Lo! thy dread Empire, CHAOS! is restor’d;
Light dies before thy uncreating word:
Thy hand, great Anarch! lets the curtain fall;
And Universal Darkness buries All.
This is also a vision of inexorable destruction (undoing the opening of Genesis) and death which must nevertheless be resisted; and the poem itself provides a model for said resistance. —Steve]
Critical notes:
[A reader wrote in to say that the source of the “novels are adolescent” take that I couldn’t remember on Wednesday might be this John Stuart Mill passage and accompanying Twitter joke. I think it’s likely. —Steve]

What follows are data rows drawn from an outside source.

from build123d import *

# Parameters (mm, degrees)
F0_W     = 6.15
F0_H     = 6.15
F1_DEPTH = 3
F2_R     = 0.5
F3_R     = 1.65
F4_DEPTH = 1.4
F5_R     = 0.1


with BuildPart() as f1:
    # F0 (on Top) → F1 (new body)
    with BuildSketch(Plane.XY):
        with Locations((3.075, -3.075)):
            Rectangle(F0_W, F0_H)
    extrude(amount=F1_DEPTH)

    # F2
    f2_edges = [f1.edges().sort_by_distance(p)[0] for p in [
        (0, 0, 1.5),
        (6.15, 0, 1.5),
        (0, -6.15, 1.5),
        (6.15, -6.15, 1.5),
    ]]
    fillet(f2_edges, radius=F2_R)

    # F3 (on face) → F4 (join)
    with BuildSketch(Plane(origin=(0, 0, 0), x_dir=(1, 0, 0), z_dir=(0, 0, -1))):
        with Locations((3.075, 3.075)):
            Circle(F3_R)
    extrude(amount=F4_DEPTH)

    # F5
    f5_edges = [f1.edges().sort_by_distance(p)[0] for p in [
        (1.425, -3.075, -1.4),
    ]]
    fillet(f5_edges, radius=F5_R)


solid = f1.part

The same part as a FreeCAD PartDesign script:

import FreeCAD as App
import Part
import Sketcher
from FreeCAD import Vector
Q = App.Units.Quantity


def edges_at(feature, points):
    """Names of the edges that pass closest to the given points."""
    edges = feature.Shape.Edges
    near = lambda p: min(range(len(edges)), key=lambda i: edges[i].distToShape(Part.Vertex(*p))[0])
    return sorted({f"Edge{near(p) + 1}" for p in points})

doc = App.newDocument("Part")
params = doc.addObject("Spreadsheet::Sheet", "Params")
for row, (alias, value) in enumerate([
    ("sketch1_width", "6.15 mm"),
    ("pad1_length", "3 mm"),
    ("fillet_radius", "0.5 mm"),
    ("sketch2_diameter", "3.3 mm"),
    ("pad2_length", "1.4 mm"),
    ("fillet2_radius", "0.1 mm"),
], start=1):
    params.set(f"A{row}", alias)
    params.set(f"B{row}", "=" + value)
    params.setAlias(f"B{row}", alias)

body = doc.addObject("PartDesign::Body", "Body")

# Sketch on XY plane
sketch1 = body.newObject("Sketcher::SketchObject", "Sketch")
sketch1.AttachmentSupport = (doc.getObject("XY_Plane"), [""])
sketch1.MapMode = "FlatFace"
sketch1.addGeometry([
    Part.LineSegment(Vector(0, 0, 0), Vector(0, -6.15, 0)),
    Part.LineSegment(Vector(0, -6.15, 0), Vector(6.15, -6.15, 0)),
    Part.LineSegment(Vector(6.15, -6.15, 0), Vector(6.15, 0, 0)),
    Part.LineSegment(Vector(6.15, 0, 0), Vector(0, 0, 0)),
], False)
sketch1.addConstraint([
    Sketcher.Constraint("Coincident", 0, 2, 1, 1),
    Sketcher.Constraint("Coincident", 1, 2, 2, 1),
    Sketcher.Constraint("Coincident", 2, 2, 3, 1),
    Sketcher.Constraint("Coincident", 3, 2, 0, 1),
    Sketcher.Constraint("Vertical", 0),
    Sketcher.Constraint("Horizontal", 1),
    Sketcher.Constraint("Vertical", 2),
    Sketcher.Constraint("Horizontal", 3),
    Sketcher.Constraint("Coincident", 3, 2, -1, 1),
    Sketcher.Constraint("Equal", 3, 0),
    Sketcher.Constraint("DistanceX", 1, 1, 1, 2, Q("6.15 mm")),
])
sketch1.setExpression("Constraints[10]", "Params.sketch1_width")
pad1 = body.newObject("PartDesign::Pad", "Pad")
pad1.Profile = sketch1
pad1.setExpression("Length", "Params.pad1_length")
doc.recompute()

fillet = body.newObject("PartDesign::Fillet", "Fillet")
fillet.Base = (pad1, edges_at(pad1, [
    (0, 0, 1.5),
    (6.15, 0, 1.5),
    (0, -6.15, 1.5),
    (6.15, -6.15, 1.5),
]))
fillet.setExpression("Radius", "Params.fillet_radius")

# Sketch on XY plane
sketch2 = body.newObject("Sketcher::SketchObject", "Sketch001")
sketch2.AttachmentSupport = (doc.getObject("XY_Plane"), [""])
sketch2.MapMode = "FlatFace"
sketch2.addGeometry(Part.Circle(Vector(3.075, -3.075, 0), Vector(0, 0, 1), 1.65), False)
sketch2.addConstraint([
    Sketcher.Constraint("Diameter", 0, Q("3.3 mm")),
    Sketcher.Constraint("DistanceX", -1, 1, 0, 3, Q("3.075 mm")),
    Sketcher.Constraint("DistanceY", 0, 3, -1, 1, Q("3.075 mm")),
])
sketch2.setExpression("Constraints[0]", "Params.sketch2_diameter")
pad2 = body.newObject("PartDesign::Pad", "Pad001")
pad2.Profile = sketch2
pad2.setExpression("Length", "Params.pad2_length")
pad2.Reversed = True
doc.recompute()

fillet2 = body.newObject("PartDesign::Fillet", "Fillet001")
fillet2.Base = (pad2, edges_at(pad2, [(1.425, -3.075, -1.4)]))
fillet2.setExpression("Radius", "Params.fillet2_radius")

doc.recompute()
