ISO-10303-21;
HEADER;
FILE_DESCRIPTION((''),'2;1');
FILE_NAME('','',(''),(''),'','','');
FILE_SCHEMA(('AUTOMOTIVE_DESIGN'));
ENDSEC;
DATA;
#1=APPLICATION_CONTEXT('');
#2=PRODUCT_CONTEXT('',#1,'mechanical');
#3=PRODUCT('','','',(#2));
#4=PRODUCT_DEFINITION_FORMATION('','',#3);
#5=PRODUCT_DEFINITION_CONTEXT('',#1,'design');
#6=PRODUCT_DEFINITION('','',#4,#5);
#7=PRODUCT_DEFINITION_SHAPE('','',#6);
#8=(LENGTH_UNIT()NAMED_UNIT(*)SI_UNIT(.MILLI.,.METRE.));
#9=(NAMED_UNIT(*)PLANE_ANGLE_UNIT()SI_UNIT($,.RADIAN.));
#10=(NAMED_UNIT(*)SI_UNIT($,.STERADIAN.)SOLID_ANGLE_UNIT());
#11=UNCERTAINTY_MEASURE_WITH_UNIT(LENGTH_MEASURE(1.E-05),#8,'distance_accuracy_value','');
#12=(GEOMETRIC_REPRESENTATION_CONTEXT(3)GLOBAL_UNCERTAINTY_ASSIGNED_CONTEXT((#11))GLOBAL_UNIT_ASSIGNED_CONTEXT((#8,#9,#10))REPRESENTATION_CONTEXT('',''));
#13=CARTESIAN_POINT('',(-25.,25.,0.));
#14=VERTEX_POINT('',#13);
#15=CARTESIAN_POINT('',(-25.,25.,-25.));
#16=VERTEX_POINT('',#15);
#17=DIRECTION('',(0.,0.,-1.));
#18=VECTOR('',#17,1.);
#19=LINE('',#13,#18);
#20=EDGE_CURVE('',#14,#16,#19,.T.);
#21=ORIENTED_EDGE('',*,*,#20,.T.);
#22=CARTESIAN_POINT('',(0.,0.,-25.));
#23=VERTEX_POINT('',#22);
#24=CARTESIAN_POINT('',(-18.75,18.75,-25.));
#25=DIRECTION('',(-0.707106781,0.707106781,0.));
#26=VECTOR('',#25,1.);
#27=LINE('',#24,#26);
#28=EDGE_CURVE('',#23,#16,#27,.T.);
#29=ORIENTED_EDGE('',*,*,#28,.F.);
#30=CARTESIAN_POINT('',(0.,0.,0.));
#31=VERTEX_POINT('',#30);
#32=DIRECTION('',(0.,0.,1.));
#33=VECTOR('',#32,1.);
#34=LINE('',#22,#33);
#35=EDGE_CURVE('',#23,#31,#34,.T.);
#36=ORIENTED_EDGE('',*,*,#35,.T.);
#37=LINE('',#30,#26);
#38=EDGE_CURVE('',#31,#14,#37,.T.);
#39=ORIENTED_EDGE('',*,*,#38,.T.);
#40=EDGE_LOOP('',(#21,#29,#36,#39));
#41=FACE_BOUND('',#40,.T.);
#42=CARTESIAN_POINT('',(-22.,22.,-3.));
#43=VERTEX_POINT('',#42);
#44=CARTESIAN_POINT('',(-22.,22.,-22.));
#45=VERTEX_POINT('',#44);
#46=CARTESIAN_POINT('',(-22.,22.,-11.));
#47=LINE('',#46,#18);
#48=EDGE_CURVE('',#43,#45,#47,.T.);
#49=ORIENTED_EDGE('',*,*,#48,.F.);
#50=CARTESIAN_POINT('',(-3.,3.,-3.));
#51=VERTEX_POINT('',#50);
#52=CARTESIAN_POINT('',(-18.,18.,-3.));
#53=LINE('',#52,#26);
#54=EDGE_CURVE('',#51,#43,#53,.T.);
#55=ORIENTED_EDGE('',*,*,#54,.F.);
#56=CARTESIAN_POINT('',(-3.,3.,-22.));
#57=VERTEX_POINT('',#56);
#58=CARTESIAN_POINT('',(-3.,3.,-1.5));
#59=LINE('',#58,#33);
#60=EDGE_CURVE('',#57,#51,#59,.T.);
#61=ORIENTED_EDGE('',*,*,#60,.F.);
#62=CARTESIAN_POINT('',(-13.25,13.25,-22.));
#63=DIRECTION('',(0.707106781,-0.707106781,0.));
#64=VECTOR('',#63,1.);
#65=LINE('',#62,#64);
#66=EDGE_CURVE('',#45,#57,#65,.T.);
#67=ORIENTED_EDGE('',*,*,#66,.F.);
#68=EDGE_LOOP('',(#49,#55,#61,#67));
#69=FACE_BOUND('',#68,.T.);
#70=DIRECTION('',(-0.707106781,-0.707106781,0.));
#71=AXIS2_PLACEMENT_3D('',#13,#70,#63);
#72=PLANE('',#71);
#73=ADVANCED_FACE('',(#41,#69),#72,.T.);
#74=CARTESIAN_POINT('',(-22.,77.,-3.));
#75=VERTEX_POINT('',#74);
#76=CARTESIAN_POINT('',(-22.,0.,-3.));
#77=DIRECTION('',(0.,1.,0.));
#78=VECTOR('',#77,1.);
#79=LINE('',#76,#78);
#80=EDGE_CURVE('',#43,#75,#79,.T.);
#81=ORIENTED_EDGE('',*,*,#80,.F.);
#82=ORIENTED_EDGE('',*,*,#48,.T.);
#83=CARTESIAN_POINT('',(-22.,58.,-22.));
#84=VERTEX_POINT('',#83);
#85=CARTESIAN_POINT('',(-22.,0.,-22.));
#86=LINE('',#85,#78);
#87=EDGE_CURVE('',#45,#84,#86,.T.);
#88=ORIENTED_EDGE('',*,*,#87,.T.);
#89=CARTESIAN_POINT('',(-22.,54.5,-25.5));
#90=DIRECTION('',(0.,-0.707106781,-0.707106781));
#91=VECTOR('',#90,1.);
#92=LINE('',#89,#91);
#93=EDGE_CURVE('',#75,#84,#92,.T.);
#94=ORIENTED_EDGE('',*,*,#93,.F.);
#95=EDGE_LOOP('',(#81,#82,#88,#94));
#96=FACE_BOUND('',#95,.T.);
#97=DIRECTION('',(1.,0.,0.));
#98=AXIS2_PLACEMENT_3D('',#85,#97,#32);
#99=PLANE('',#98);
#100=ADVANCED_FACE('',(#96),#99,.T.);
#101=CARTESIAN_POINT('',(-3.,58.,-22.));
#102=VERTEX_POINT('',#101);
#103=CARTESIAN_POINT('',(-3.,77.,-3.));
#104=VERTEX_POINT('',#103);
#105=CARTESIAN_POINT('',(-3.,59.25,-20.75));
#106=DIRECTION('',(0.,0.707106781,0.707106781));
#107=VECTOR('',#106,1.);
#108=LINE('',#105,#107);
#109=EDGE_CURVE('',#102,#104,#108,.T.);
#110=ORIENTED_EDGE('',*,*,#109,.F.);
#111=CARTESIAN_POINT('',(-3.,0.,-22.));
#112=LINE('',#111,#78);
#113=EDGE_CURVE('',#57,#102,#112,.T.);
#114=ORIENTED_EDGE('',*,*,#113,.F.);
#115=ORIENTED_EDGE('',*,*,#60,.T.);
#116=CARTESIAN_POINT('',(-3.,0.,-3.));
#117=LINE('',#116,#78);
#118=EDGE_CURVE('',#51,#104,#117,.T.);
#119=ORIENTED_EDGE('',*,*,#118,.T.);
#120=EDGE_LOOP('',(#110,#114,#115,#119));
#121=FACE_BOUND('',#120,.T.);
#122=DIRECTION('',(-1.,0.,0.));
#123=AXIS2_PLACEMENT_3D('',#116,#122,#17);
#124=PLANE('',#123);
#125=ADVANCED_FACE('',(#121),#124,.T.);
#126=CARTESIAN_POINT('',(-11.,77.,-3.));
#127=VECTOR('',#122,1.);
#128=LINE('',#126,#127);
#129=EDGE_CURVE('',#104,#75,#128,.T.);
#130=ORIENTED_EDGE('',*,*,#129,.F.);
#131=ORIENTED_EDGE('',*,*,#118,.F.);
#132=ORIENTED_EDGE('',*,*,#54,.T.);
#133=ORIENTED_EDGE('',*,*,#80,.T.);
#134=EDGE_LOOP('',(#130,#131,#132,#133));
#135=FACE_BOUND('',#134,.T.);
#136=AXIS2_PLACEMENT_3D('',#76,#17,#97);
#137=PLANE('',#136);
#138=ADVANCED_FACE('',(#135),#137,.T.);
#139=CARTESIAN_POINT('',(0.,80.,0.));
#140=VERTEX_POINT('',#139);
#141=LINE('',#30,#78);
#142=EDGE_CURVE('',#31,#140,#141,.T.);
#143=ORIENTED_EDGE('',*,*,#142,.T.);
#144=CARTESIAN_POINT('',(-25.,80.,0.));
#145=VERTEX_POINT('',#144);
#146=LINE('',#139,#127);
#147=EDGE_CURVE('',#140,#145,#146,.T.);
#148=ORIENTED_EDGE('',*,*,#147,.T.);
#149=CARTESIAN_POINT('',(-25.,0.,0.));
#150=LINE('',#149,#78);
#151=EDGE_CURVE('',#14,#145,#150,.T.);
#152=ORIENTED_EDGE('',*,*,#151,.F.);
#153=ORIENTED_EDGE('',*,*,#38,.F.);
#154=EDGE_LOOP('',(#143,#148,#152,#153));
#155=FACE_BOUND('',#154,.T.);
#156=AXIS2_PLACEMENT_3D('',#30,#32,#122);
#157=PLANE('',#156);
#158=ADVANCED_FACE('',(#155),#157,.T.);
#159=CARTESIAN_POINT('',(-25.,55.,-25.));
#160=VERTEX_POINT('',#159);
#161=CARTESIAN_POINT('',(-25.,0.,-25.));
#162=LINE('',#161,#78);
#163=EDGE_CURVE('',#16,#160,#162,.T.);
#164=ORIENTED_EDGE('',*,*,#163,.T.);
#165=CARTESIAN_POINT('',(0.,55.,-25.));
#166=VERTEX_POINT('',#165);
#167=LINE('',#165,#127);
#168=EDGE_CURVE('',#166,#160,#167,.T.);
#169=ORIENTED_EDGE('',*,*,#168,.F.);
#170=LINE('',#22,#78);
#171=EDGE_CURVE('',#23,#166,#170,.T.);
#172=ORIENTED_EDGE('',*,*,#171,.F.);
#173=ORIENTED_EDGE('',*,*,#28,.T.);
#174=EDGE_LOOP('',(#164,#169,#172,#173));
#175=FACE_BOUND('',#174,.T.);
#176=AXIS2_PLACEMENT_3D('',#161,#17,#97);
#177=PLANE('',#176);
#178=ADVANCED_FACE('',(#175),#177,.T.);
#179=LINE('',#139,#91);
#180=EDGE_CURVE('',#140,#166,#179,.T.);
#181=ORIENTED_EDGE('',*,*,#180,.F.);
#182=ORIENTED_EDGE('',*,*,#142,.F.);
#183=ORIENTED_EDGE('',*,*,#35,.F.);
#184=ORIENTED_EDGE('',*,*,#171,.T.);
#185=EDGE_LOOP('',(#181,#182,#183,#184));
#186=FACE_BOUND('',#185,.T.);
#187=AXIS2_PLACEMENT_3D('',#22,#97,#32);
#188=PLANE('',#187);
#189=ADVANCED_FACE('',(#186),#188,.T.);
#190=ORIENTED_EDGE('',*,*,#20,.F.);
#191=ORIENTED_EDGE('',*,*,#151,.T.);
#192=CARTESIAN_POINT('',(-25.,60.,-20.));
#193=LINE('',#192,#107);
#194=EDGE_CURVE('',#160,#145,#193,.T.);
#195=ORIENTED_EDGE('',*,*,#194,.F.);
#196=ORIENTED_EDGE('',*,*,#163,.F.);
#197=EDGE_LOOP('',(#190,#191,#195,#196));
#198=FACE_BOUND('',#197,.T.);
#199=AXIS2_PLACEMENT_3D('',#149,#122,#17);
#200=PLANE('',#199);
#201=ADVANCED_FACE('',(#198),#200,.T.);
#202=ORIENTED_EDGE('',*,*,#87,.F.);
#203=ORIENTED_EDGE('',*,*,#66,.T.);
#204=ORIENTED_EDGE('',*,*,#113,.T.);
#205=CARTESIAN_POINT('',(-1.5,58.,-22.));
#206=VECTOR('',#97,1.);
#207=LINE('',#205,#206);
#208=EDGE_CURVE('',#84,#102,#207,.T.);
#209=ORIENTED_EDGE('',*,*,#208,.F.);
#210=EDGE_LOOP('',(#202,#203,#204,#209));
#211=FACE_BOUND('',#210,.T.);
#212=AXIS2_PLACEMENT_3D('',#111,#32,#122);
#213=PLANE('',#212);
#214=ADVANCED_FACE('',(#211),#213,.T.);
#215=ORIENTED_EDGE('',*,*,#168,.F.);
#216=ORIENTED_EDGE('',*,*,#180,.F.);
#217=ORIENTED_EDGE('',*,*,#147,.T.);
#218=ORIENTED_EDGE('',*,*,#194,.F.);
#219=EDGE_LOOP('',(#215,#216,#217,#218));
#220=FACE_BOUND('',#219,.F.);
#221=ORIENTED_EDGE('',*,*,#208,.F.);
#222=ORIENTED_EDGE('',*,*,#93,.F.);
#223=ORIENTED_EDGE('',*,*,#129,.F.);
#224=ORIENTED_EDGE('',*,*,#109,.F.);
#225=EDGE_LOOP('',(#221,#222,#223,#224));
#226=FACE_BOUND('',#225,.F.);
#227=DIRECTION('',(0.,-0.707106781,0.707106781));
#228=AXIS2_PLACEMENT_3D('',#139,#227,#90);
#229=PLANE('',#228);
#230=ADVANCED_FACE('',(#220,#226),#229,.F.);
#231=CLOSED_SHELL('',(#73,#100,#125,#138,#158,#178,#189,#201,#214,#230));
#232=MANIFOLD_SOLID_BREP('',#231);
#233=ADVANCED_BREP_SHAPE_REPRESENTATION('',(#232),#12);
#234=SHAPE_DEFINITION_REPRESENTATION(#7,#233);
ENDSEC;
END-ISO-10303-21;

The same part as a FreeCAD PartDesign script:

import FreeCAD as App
import Part
import Sketcher

V = App.Vector
Q = App.Units.Quantity


def add_polygon(sketch, points):
    """Adds a closed chain of lines whose ends are joined by coincident constraints."""
    first, n = sketch.GeometryCount, len(points)
    for a, b in zip(points, points[1:] + points[:1]):
        sketch.addGeometry(Part.LineSegment(App.Vector(*a, 0), App.Vector(*b, 0)), False)
    for i in range(n):
        sketch.addConstraint(Sketcher.Constraint("Coincident", first + i, 2, first + (i + 1) % n, 1))

doc = App.newDocument("Part")
body = doc.addObject("PartDesign::Body", "Body")

# Sketch on XZ plane
sketch1 = body.newObject("Sketcher::SketchObject", "Sketch")
sketch1.AttachmentSupport = (doc.getObject("XZ_Plane"), [""])
sketch1.MapMode = "FlatFace"
add_polygon(sketch1, [(-25, 0), (0, 0), (0, -25), (-25, -25)])  # lines 0-3
add_polygon(sketch1, [(-22, -3), (-22, -22), (-3, -22), (-3, -3)])  # lines 4-7
sketch1.addConstraint(Sketcher.Constraint("Horizontal", 0))
sketch1.addConstraint(Sketcher.Constraint("Vertical", 1))
sketch1.addConstraint(Sketcher.Constraint("Horizontal", 2))
sketch1.addConstraint(Sketcher.Constraint("Vertical", 3))
sketch1.addConstraint(Sketcher.Constraint("Vertical", 4))
sketch1.addConstraint(Sketcher.Constraint("Horizontal", 5))
sketch1.addConstraint(Sketcher.Constraint("Vertical", 6))
sketch1.addConstraint(Sketcher.Constraint("Horizontal", 7))
sketch1.addConstraint(Sketcher.Constraint("Coincident", 0, 2, -1, 1))
sketch1.addConstraint(Sketcher.Constraint("Equal", 2, 1))
sketch1.addConstraint(Sketcher.Constraint("Equal", 7, 4))
sketch1.addConstraint(Sketcher.Constraint("DistanceX", 0, 1, 0, 2, Q("25 mm")))
sketch1.addConstraint(Sketcher.Constraint("DistanceX", 5, 2, -1, 1, Q("3 mm")))
sketch1.addConstraint(Sketcher.Constraint("DistanceY", 6, 2, -1, 1, Q("3 mm")))
sketch1.addConstraint(Sketcher.Constraint("DistanceX", 2, 2, 4, 2, Q("3 mm")))
pad1 = body.newObject("PartDesign::Pad", "Pad")
pad1.Profile = sketch1
pad1.Length = 80
pad1.Reversed = True

# Sketch on YZ plane
sketch2 = body.newObject("Sketcher::SketchObject", "Sketch001")
sketch2.AttachmentSupport = (doc.getObject("YZ_Plane"), [""])
sketch2.MapMode = "FlatFace"
add_polygon(sketch2, [(80, -25), (80, 0), (55, -25)])  # lines 0-2
sketch2.addConstraint(Sketcher.Constraint("Vertical", 0))
sketch2.addConstraint(Sketcher.Constraint("Horizontal", 2))
sketch2.addConstraint(Sketcher.Constraint("PointOnObject", 0, 2, -1))
sketch2.addConstraint(Sketcher.Constraint("Equal", 2, 0))
sketch2.addConstraint(Sketcher.Constraint("DistanceX", 2, 1, 2, 2, Q("25 mm")))
sketch2.addConstraint(Sketcher.Constraint("DistanceX", -1, 1, 0, 2, Q("80 mm")))
pocket1 = body.newObject("PartDesign::Pocket", "Pocket")
pocket1.Profile = sketch2
pocket1.Length = 80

- Moul on a verse from the Meghadūta:
English is an enormously rich literary language, and every language has its particular resources. Many of the features that make kāvya (ornate classical Sanskrit poetry) so distinctive have equivalents in English: the English tradition has plenty of metrically inventive poetry, for instance, and plenty of allusively dense verse marked by a rich use of simile and metaphor. (We might think of something like Shakespeare’s Venus and Adonis, for example.) Other elements of Sanskrit poetry, like the great concision and flexibility of word order produced by a highly inflected language, are found also in Latin and Greek verse. But there is just no way, I think, in any of these languages to reproduce the syntactic counterpoint so common in Sanskrit poetry of this kind—even much less sublime examples than that of Kālidāsa—between a sentence structured, on the one hand, around complex inflection (in this example, the nominative, accusative, genitive and instrumental) and, on the other hand and within the same sentence, by the uninflected relationships between the elements of a compound. This feature, I think, helps to make kāvya unrivaled as the poetry of pure description.